Your are using words like demand and supply general concepts not a specific
model of price determination and then arguing freely with them. This is why
you don't understand what supply and demand must match means.

------
gnulinux
I'm a Marxist, not a Marxist-Leninist or of other ideological factions, but
I'm a Marxist in the sense that I read Marx' and Engels' and other people
influenced by their ideas and thought their methods of trying understand
social phenomenona are interesting and worthwhile. I don't wanna get into
flamewars, I hate ideologies and believe at its core Marxism is materialism
(which is the philosophical opposite of idealism).

Since China is a very hot topic in HN, and since I'm a software engineer, I
want to share my ideas on this issue in a few sentences with my community.
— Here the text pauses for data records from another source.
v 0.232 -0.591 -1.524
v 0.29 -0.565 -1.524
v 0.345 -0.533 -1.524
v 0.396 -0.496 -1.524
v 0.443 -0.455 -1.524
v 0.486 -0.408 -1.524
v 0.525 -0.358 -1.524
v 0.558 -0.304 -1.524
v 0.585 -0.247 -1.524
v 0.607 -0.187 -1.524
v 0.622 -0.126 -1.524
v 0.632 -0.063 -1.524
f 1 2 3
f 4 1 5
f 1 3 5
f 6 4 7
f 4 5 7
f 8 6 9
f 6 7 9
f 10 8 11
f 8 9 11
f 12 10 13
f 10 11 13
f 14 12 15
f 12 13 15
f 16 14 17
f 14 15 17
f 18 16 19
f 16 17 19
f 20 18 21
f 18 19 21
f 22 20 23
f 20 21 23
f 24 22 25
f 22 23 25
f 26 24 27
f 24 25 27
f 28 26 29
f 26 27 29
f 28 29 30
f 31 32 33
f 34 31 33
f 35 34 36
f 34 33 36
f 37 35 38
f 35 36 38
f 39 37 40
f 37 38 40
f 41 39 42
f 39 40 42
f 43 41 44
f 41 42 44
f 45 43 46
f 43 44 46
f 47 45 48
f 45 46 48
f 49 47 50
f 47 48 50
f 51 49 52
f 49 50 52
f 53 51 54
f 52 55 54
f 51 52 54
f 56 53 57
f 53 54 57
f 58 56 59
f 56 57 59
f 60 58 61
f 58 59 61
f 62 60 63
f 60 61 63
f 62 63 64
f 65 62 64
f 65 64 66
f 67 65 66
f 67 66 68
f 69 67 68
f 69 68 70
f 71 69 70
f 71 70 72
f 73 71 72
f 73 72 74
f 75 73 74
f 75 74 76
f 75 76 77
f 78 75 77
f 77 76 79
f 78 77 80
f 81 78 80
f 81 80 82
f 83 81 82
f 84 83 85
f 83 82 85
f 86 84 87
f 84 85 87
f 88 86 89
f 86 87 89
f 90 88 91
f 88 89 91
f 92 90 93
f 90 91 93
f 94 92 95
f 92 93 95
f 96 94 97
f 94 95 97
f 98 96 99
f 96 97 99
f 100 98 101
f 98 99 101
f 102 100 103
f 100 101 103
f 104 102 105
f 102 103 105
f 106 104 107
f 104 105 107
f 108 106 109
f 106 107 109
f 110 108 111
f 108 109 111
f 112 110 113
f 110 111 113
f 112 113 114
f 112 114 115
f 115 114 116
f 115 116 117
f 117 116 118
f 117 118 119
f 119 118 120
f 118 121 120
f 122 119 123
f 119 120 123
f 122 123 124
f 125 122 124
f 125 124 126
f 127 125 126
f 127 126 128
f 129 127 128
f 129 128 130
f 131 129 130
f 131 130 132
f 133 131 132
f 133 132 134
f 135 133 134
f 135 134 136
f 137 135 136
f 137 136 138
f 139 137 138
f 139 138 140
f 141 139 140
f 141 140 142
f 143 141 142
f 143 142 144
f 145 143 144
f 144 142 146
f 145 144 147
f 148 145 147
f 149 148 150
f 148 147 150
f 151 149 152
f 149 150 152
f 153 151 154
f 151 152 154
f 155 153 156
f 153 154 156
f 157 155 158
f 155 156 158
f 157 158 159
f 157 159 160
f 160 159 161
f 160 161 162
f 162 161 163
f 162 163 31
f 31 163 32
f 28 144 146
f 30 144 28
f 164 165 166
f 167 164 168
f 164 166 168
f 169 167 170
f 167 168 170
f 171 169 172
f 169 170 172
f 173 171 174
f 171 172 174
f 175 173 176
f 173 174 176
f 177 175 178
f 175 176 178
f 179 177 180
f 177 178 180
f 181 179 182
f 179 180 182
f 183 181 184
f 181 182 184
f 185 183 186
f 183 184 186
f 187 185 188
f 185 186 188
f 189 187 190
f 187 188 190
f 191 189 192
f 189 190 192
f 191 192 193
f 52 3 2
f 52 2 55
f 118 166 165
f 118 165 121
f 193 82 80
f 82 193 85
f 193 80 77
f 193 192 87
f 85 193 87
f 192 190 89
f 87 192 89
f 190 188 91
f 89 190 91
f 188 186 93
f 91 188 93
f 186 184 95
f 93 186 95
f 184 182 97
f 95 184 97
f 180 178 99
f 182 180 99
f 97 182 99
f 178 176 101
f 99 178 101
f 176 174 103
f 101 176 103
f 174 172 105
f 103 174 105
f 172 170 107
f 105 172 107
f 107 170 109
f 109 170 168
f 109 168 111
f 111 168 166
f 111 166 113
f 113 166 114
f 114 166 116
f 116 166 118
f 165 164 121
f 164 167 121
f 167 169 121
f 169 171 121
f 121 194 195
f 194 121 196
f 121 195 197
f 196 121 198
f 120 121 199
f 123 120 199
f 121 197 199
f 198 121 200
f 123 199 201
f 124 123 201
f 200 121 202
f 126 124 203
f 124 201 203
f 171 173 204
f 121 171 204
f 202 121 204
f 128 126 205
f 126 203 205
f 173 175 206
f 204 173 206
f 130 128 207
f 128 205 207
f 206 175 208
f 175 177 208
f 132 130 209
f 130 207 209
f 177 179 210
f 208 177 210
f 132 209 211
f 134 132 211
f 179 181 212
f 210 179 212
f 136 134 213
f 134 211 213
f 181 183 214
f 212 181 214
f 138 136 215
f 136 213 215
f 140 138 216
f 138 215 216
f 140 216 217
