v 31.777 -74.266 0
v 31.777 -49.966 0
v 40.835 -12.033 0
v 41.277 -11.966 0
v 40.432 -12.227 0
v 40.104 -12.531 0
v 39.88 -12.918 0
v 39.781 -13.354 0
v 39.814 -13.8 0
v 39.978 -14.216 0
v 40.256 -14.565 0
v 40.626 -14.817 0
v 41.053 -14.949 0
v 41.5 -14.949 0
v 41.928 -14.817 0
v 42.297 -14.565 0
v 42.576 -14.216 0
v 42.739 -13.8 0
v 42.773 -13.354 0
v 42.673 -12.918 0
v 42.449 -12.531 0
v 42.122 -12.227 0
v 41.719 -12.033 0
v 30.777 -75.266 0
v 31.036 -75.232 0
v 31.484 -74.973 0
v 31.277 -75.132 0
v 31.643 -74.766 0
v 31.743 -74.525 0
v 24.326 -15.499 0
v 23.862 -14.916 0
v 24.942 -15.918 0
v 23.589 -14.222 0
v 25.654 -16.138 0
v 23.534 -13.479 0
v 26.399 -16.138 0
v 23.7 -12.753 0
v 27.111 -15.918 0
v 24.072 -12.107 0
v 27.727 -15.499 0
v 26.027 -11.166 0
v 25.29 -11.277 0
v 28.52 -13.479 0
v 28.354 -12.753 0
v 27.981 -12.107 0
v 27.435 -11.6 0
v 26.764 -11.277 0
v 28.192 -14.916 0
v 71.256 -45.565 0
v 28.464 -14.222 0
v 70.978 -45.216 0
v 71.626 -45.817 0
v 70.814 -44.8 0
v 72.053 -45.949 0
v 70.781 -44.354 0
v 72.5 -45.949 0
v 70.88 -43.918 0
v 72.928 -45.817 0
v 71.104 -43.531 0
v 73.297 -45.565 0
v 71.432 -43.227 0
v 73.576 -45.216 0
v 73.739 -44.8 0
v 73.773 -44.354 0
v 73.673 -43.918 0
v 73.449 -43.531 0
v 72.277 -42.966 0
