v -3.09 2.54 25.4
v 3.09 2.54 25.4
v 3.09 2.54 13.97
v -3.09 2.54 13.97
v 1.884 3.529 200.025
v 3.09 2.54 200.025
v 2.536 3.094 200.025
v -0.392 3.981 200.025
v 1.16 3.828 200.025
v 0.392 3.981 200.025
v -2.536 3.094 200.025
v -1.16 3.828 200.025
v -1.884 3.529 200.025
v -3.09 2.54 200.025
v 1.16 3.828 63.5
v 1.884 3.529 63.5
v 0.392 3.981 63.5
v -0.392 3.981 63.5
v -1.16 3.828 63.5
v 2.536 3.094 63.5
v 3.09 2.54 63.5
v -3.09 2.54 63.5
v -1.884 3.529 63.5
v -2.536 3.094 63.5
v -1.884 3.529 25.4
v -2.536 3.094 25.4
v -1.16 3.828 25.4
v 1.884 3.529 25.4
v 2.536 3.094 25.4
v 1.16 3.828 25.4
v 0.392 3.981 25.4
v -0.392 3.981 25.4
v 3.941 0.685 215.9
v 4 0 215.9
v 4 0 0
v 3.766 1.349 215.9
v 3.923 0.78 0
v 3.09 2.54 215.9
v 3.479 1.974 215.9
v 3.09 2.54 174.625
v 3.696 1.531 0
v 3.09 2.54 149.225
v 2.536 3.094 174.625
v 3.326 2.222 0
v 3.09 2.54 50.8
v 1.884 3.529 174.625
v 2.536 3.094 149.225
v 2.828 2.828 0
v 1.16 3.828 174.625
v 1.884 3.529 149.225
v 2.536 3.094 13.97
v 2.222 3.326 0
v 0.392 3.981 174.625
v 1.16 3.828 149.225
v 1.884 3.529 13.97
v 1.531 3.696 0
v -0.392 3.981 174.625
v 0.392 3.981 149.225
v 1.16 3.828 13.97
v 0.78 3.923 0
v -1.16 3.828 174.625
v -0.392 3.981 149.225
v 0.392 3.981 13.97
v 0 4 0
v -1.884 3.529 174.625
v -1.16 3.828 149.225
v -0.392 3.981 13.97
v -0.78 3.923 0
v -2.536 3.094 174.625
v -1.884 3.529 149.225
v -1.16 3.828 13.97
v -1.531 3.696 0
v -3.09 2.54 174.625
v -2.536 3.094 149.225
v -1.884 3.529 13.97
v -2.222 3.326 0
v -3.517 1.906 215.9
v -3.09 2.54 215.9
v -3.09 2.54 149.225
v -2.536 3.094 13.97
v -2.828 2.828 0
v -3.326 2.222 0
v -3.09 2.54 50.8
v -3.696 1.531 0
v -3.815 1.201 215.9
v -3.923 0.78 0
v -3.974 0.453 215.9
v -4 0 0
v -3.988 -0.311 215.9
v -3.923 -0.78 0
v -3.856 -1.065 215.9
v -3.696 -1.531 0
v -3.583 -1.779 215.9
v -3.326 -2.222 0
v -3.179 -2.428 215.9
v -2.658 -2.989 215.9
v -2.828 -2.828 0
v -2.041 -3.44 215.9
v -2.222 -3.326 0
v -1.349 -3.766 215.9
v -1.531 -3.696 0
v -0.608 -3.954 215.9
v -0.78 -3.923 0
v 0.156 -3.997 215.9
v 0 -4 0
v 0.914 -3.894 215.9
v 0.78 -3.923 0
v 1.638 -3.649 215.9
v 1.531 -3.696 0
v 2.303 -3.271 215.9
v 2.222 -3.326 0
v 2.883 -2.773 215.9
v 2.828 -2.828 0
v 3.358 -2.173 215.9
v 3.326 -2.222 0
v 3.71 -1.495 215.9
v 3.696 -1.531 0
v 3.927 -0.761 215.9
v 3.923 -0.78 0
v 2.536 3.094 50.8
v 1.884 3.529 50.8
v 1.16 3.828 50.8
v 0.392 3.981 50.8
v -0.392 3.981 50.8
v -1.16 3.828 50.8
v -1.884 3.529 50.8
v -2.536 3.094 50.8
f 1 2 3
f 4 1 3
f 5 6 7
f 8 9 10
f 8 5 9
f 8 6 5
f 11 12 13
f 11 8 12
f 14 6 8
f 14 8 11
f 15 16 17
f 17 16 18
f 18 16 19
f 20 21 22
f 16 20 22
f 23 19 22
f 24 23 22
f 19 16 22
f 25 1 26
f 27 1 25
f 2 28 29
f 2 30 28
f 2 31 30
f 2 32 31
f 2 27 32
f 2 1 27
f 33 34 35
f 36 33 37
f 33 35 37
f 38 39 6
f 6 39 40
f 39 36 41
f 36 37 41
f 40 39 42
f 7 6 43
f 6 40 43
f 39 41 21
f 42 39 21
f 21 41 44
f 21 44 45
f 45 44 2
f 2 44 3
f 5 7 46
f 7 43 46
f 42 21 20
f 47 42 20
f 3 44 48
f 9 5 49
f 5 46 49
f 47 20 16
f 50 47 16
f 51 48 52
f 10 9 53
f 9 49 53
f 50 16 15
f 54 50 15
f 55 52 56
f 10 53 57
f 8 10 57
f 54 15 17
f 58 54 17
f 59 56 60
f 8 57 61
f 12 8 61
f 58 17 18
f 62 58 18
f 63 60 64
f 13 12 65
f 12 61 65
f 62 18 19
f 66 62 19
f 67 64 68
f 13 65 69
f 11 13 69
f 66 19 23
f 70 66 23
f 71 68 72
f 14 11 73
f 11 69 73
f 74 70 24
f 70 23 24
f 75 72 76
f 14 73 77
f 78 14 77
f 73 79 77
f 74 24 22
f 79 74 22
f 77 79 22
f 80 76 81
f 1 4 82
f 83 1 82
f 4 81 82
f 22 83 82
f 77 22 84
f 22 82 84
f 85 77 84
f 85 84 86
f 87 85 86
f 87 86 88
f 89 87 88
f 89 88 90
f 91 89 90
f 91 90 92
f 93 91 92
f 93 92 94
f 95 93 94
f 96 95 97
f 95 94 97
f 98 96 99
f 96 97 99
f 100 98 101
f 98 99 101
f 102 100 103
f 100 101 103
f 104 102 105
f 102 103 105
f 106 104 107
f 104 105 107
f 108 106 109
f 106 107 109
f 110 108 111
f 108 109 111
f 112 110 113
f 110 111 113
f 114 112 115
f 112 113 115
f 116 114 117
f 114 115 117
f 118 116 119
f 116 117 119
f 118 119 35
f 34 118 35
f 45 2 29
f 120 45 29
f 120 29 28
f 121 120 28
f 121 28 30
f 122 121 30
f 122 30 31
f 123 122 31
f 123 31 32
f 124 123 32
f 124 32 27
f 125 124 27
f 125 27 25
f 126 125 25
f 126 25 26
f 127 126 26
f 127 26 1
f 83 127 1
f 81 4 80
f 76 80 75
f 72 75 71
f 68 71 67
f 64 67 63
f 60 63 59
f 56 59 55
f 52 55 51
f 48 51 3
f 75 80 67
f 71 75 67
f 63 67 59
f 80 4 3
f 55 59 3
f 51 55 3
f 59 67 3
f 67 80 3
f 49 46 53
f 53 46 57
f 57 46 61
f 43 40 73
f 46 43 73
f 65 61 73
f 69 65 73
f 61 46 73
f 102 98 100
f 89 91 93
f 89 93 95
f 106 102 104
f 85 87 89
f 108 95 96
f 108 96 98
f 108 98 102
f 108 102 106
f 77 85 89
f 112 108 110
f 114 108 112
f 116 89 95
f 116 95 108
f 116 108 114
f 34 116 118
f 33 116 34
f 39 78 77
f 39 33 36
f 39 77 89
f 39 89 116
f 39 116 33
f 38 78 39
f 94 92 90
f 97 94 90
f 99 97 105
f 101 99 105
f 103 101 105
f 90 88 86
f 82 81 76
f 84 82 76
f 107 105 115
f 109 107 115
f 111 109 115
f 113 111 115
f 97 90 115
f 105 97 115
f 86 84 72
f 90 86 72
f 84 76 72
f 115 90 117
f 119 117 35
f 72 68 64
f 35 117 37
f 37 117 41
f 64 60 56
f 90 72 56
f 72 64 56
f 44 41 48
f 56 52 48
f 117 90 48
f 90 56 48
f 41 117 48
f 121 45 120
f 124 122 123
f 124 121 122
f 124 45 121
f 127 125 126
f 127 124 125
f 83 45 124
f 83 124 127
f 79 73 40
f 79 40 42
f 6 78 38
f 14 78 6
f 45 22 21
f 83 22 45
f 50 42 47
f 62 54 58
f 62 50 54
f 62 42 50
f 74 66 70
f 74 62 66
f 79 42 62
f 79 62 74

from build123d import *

# Parameters (mm, degrees)
SKETCH1_R           = 4
BOSS_EXTRUDE1_DEPTH = 215.9
SKETCH2_W           = 12.7
SKETCH2_H           = 1.46
SKETCH2_W_2         = 25.4
SKETCH2_W_3         = 15.875
SKETCH2_W_4         = 11.43
CUT_EXTRUDE1_DEPTH  = 6.35


with BuildPart() as part:
    # Sketch1 → Boss-Extrude1 (new body)
    with BuildSketch(Plane.XY):
        Circle(SKETCH1_R)
    extrude(amount=BOSS_EXTRUDE1_DEPTH)

    # Sketch2 → Cut-Extrude1 (cut, symmetric)
    with BuildSketch(Plane(origin=(0, 0, 0), x_dir=(0, 0, -1), z_dir=(1, 0, 0))):
        with Locations((-57.15, 3.27)):
            Rectangle(SKETCH2_W, SKETCH2_H)
        with Locations((-161.925, 3.27)):
            Rectangle(SKETCH2_W_2, SKETCH2_H)
        with Locations((-207.9625, 3.27)):
            Rectangle(SKETCH2_W_3, SKETCH2_H)
        with Locations((-19.685, 3.27)):
            Rectangle(SKETCH2_W_4, SKETCH2_H)
    extrude(amount=CUT_EXTRUDE1_DEPTH, both=True, mode=Mode.SUBTRACT)


solid = part.part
China's Communist Party was never about communism but rather about Big-C
Communism which is the ideology formed in late 19th century, supposedly
influenced by Marx' revolutionary ideas. What Big-C Communism captures is the
method in which capitalims is sought to be destroyed, and thus by nature is
not dynamic in and of itself. It cannot understand the real material
conditions of modern China as it was formed before those conditions were
realized. Since the natural process that creates capitalism is value
generation and thus commodity production, it's pretty clear who paid attention
to Marx that China is as capitalist as USA. I think our discussions would be
more rational if we frame "China" discussions in terms of "authoritarianism"
and not "communism".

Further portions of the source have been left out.